Dataset excerpts:
......
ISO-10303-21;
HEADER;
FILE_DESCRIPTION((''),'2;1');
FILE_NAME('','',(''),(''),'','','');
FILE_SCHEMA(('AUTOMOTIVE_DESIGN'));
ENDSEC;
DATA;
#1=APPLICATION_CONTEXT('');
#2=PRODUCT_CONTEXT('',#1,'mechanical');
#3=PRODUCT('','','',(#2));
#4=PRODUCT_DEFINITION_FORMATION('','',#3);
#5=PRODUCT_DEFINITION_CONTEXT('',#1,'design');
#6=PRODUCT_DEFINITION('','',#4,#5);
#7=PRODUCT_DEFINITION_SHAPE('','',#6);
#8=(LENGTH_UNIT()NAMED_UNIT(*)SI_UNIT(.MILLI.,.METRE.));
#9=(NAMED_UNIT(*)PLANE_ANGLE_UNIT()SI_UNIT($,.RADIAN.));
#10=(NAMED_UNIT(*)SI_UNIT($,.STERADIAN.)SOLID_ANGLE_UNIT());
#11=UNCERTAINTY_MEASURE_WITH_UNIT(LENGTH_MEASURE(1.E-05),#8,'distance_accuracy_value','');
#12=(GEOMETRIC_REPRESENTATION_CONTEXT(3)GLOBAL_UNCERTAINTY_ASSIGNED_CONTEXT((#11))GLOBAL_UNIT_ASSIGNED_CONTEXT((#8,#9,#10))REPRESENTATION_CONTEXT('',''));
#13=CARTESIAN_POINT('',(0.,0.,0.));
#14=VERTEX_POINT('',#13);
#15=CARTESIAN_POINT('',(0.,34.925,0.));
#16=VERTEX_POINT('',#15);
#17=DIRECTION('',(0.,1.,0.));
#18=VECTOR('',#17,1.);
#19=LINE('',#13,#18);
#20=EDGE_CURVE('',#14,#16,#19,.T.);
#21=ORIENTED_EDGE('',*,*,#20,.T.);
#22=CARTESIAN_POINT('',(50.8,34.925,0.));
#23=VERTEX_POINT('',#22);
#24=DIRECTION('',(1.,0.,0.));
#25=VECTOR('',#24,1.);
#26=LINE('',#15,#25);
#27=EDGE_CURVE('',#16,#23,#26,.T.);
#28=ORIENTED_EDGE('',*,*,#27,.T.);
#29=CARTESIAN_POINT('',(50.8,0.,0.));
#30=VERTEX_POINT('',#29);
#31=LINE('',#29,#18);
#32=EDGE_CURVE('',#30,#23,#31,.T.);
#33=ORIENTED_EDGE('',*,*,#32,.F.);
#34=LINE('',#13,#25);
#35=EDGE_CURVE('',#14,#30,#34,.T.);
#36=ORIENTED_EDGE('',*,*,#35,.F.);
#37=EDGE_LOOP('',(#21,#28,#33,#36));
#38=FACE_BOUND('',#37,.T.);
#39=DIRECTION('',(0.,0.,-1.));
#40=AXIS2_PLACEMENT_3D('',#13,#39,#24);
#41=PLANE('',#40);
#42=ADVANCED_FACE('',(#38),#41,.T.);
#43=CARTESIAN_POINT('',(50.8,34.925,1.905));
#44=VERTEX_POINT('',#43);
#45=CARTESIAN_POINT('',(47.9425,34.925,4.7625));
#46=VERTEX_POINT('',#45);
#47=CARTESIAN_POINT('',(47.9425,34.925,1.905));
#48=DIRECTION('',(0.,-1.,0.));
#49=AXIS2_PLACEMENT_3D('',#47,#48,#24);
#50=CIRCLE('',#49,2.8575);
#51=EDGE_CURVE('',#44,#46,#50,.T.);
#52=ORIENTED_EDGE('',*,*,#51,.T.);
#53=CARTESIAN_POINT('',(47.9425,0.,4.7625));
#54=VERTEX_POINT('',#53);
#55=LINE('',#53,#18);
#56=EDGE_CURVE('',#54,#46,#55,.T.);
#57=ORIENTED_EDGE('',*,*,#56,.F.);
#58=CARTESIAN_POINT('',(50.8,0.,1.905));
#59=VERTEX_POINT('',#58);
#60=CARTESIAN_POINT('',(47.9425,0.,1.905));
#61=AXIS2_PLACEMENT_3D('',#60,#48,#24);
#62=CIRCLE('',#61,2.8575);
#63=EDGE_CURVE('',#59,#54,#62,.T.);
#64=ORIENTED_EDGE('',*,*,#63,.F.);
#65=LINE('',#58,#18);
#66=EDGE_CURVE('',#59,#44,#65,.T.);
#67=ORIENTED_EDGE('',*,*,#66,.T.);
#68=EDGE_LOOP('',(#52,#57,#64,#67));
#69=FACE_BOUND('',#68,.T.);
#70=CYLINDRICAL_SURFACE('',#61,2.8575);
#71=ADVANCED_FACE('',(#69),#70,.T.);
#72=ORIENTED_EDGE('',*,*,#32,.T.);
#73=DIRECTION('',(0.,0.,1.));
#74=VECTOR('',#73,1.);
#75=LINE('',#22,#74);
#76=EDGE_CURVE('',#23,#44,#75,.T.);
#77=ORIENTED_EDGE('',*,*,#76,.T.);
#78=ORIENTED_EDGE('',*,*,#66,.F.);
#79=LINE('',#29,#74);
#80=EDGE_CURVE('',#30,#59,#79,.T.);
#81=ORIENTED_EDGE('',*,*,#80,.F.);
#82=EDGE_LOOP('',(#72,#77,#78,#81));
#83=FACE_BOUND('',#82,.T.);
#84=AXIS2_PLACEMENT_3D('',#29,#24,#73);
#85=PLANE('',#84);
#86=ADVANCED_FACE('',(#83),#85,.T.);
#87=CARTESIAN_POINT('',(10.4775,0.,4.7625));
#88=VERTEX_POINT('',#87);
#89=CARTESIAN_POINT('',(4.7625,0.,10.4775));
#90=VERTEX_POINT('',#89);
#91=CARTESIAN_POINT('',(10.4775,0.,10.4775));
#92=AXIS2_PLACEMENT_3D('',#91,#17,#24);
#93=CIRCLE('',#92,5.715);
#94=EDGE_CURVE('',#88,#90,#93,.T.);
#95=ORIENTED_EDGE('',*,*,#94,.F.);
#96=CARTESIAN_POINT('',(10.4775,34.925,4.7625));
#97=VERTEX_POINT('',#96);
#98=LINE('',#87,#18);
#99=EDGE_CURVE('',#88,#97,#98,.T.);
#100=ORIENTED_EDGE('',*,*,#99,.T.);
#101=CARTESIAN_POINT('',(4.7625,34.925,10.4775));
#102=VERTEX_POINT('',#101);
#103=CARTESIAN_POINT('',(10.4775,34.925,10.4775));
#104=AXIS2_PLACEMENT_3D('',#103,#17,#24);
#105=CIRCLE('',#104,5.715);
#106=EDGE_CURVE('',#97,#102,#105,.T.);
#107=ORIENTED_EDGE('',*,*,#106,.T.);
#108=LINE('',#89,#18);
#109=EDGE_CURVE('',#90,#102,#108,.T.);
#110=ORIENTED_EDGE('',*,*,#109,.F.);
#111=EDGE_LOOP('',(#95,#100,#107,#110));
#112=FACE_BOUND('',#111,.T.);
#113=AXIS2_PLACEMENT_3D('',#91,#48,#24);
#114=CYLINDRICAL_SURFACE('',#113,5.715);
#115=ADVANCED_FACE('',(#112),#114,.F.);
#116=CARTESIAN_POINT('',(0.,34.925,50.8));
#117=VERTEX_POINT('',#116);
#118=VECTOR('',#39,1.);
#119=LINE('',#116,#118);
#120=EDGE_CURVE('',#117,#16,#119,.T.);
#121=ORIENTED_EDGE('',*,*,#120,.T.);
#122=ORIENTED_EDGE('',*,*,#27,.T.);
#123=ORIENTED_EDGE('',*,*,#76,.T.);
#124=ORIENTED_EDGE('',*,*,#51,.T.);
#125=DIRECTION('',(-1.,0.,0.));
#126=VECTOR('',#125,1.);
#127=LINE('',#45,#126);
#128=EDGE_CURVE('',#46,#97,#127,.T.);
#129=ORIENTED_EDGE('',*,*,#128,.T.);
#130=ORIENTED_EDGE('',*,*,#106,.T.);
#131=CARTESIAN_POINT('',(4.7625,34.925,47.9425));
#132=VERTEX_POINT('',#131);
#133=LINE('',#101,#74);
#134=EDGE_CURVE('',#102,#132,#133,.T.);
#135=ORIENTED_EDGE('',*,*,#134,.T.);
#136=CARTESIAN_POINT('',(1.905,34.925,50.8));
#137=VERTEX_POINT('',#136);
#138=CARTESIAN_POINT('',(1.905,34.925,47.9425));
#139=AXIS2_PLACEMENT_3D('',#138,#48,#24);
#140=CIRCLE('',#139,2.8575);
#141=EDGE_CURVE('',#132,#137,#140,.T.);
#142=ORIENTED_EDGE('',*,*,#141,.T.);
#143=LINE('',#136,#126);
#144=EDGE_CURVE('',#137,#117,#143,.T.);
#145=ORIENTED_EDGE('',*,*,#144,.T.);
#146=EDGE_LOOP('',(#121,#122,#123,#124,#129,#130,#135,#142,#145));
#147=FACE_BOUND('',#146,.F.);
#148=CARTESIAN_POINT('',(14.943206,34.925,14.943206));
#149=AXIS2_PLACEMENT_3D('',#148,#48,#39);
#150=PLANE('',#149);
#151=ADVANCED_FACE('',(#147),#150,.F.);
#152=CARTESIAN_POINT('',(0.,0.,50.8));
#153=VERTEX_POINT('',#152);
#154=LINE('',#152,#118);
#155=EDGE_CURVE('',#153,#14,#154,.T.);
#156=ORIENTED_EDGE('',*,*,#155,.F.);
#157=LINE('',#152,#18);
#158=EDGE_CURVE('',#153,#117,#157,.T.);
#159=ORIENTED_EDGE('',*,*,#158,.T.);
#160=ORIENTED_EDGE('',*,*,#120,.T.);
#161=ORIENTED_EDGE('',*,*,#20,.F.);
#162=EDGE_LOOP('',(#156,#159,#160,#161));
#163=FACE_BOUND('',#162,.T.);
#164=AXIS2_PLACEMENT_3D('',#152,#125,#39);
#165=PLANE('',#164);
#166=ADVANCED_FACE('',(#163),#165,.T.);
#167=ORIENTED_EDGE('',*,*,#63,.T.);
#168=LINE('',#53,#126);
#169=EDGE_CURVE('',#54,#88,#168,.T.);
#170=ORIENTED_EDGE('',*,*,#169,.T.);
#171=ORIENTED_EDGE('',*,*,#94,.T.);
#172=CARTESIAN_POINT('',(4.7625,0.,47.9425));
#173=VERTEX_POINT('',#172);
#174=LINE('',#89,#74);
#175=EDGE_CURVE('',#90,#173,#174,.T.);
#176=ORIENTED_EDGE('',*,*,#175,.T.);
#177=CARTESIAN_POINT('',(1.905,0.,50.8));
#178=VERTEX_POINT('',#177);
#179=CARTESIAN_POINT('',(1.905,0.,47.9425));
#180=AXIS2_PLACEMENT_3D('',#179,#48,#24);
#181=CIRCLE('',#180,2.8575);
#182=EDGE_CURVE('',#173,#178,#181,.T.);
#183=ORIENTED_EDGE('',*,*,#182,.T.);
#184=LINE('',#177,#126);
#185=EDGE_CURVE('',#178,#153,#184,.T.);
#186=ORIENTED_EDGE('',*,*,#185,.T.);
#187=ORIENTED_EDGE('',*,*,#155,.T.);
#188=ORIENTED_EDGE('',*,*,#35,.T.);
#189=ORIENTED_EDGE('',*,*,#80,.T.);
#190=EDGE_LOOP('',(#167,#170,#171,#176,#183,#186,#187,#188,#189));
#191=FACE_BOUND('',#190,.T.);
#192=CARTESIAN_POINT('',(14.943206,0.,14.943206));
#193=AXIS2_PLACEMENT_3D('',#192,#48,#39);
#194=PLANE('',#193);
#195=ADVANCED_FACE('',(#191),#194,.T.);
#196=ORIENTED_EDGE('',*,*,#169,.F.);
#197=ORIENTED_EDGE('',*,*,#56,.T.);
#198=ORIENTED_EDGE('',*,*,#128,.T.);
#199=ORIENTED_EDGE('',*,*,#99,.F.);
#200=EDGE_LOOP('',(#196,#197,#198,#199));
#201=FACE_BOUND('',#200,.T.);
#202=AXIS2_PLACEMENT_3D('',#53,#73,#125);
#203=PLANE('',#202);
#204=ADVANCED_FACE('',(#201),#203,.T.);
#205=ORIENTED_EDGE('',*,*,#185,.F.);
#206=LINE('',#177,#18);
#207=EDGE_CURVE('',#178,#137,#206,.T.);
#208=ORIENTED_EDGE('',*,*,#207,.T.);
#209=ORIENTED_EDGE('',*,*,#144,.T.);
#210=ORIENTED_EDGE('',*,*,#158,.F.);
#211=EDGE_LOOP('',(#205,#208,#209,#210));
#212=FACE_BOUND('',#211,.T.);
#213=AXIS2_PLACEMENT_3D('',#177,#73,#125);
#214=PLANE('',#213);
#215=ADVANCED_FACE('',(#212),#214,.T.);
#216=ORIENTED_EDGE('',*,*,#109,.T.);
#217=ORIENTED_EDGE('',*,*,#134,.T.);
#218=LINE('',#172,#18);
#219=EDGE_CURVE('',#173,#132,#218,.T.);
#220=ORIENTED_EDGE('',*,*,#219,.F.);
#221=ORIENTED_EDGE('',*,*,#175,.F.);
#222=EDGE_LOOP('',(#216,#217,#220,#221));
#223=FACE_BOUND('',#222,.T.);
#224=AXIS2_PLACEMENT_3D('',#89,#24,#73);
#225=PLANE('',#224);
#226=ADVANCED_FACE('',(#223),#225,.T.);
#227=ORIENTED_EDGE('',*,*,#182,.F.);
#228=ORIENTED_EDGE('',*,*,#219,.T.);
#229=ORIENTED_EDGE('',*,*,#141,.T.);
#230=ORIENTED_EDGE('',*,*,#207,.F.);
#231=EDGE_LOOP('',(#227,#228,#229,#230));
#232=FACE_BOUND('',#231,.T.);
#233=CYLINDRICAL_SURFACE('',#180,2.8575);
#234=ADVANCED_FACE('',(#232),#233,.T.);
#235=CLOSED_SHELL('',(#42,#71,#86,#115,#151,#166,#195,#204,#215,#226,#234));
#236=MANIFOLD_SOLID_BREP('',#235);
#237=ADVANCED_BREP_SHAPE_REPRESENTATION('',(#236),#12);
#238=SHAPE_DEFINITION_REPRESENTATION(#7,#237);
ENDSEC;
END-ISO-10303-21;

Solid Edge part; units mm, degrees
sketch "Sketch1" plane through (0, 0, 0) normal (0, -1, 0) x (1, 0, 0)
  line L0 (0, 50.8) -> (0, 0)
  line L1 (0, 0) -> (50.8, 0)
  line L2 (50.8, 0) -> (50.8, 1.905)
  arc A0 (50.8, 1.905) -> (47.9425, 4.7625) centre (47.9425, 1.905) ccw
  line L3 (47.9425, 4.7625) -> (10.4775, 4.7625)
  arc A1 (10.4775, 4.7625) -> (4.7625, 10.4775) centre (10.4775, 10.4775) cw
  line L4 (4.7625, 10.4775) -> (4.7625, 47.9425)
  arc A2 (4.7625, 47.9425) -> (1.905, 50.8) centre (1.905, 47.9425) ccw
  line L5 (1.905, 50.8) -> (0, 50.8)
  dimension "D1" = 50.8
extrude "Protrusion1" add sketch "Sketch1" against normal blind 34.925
......
Scan the entries above for the word "CIRCLE" and collect each line holding it.

### Written reply
#50=CIRCLE('',#49,2.8575);
#62=CIRCLE('',#61,2.8575);
#93=CIRCLE('',#92,5.715);
#105=CIRCLE('',#104,5.715);
#140=CIRCLE('',#139,2.8575);
#181=CIRCLE('',#180,2.8575);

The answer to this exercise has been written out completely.